Article 6.4 of the Paris Agreement establishes a UN-supervised crediting mechanism for mitigation outcomes, sometimes informally called the "Paris Agreement Crediting Mechanism" (PACM) or the successor to the Kyoto Protocol's Clean Development Mechanism (CDM). It allows public and private entities to develop projects or programs that reduce or remove greenhouse gas emissions, generate certified credits, and have those credits used by Parties toward their Nationally Determined Contributions (NDCs) or by other actors for voluntary or compliance purposes.
The mechanism is overseen by the Article 6.4 Supervisory Body, established under the COP/CMA, which sets methodologies, accredits validators, and registers activities. Unlike Article 6.2 (which governs bilateral cooperative approaches and Internationally Transferred Mitigation Outcomes, or ITMOs), Article 6.4 is centralized and produces standardized units sometimes referred to as A6.4ERs (Article 6.4 Emission Reductions).
Key design features negotiated at COP26 in Glasgow (2021) and refined at subsequent COPs include:
- A share of proceeds levied on issuance to fund the Adaptation Fund and cover administrative costs.
- Overall Mitigation in Global Emissions (OMGE) through mandatory cancellation of a portion of credits.
- Corresponding adjustments when credits are used internationally, to prevent double counting against host-country NDCs.
- A transition pathway for eligible CDM activities and pre-2020 credits, with restrictions on vintages and registration deadlines.
At COP29 in Baku (2024), Parties adopted standards on methodologies and on removal activities developed by the Supervisory Body, operationalizing the mechanism after years of technical deadlock.
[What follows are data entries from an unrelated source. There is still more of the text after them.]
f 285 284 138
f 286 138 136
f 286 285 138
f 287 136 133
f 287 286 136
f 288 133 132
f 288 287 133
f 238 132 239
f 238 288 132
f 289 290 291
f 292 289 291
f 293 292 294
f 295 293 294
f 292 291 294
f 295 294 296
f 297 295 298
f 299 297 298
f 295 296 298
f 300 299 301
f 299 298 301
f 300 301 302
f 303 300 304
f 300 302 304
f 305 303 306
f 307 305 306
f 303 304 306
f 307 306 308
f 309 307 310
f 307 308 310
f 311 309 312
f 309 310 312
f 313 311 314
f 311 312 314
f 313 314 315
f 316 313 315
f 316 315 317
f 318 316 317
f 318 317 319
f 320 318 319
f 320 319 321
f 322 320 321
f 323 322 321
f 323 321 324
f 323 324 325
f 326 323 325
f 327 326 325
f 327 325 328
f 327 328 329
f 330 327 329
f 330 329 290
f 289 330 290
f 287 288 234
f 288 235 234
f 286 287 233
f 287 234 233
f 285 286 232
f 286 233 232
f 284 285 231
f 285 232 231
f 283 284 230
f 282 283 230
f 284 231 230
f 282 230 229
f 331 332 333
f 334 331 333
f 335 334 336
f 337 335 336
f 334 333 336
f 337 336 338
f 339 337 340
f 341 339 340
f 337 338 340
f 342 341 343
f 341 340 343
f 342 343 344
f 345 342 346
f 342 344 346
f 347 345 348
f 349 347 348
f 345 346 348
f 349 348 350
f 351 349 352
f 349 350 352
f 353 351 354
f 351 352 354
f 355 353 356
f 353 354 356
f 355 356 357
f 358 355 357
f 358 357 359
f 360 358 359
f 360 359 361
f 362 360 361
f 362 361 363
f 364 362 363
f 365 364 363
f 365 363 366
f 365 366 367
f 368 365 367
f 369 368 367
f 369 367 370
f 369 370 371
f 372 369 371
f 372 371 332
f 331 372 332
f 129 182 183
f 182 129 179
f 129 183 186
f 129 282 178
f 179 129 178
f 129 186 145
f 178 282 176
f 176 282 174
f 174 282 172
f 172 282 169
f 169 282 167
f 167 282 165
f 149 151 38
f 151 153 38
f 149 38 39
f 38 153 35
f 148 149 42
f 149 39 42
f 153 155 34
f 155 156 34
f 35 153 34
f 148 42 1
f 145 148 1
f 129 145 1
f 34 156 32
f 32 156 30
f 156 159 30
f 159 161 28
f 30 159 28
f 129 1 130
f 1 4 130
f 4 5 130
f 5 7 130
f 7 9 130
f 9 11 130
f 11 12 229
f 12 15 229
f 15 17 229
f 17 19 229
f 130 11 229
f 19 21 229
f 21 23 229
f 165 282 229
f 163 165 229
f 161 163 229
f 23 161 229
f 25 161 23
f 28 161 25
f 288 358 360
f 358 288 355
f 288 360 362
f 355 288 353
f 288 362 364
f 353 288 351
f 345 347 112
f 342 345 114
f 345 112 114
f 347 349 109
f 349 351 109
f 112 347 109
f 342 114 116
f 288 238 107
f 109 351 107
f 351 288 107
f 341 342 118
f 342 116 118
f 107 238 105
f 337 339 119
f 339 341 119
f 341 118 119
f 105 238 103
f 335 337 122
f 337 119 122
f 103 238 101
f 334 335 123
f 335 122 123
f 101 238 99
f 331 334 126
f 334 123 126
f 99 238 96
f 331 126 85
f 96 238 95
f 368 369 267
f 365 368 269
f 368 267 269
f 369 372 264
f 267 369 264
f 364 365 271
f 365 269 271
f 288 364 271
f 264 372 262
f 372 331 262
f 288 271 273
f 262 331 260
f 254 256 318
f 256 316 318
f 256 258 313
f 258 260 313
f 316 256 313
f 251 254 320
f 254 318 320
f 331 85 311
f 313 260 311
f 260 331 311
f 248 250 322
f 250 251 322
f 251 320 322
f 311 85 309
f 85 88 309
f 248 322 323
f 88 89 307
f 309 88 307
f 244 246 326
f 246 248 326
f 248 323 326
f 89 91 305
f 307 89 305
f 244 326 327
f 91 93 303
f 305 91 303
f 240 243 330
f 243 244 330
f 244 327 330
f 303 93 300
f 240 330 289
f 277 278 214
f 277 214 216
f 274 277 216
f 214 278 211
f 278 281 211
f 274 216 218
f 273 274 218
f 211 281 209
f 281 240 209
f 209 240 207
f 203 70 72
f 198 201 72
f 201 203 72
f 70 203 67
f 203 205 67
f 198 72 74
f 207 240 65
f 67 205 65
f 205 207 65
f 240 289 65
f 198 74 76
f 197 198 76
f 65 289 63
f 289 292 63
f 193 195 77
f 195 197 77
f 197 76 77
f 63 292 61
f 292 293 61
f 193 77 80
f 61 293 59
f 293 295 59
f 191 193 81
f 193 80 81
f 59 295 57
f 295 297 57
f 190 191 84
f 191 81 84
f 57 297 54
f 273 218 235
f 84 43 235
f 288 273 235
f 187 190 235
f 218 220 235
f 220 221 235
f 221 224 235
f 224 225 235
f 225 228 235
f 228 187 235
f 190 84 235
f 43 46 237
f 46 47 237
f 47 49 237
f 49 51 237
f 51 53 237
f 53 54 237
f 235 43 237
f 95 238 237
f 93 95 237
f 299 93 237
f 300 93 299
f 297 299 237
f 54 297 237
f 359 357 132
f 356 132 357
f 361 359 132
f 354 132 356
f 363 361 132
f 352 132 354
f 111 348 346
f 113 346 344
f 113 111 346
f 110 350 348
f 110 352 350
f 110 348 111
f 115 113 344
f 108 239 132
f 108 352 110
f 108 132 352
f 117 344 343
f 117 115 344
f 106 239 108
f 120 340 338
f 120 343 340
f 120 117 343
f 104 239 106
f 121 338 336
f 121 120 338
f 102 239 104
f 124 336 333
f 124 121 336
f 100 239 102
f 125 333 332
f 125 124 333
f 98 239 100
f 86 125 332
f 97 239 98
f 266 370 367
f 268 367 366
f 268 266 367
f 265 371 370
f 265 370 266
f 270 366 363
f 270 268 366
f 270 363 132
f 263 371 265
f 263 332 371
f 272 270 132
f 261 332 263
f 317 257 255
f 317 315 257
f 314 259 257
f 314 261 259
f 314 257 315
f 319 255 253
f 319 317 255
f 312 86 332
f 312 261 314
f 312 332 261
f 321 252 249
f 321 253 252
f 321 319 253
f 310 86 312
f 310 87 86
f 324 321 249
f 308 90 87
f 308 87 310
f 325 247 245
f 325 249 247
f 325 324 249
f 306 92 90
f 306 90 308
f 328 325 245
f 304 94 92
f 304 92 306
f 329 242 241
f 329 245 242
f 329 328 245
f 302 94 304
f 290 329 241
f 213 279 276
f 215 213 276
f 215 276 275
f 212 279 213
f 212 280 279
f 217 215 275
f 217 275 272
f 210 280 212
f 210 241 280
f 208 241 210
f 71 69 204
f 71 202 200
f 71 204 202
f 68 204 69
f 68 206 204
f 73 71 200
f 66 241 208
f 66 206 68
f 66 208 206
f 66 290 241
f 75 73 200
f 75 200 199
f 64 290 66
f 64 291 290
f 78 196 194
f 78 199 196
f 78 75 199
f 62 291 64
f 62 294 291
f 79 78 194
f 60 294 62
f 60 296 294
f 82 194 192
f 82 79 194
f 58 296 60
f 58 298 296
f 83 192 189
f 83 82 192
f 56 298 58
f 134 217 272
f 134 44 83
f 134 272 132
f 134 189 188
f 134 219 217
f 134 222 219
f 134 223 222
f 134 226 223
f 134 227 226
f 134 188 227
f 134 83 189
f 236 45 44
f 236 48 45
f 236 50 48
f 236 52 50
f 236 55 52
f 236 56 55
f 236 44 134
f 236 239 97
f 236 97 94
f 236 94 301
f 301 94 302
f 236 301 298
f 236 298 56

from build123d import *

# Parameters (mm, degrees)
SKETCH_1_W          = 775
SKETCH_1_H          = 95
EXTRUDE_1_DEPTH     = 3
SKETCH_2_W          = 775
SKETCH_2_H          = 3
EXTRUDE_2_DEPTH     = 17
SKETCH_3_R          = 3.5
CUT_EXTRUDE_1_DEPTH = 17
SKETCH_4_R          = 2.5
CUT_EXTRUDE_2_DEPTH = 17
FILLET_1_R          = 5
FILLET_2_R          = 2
Implementation issues remain contested, including the integrity of removals accounting, treatment of reversals, human rights safeguards, and how Article 6.4 interacts with voluntary carbon markets and corporate net-zero claims.
Example
At COP29 in Baku in November 2024, Parties approved Supervisory Body standards on methodologies and carbon removals, formally operationalizing the Article 6.4 crediting mechanism.
Frequently asked questions
Article 6.2 governs bilateral or plurilateral transfers of ITMOs between Parties, while Article 6.4 is a centralized UN-supervised mechanism issuing standardized credits usable by both Parties and non-state actors.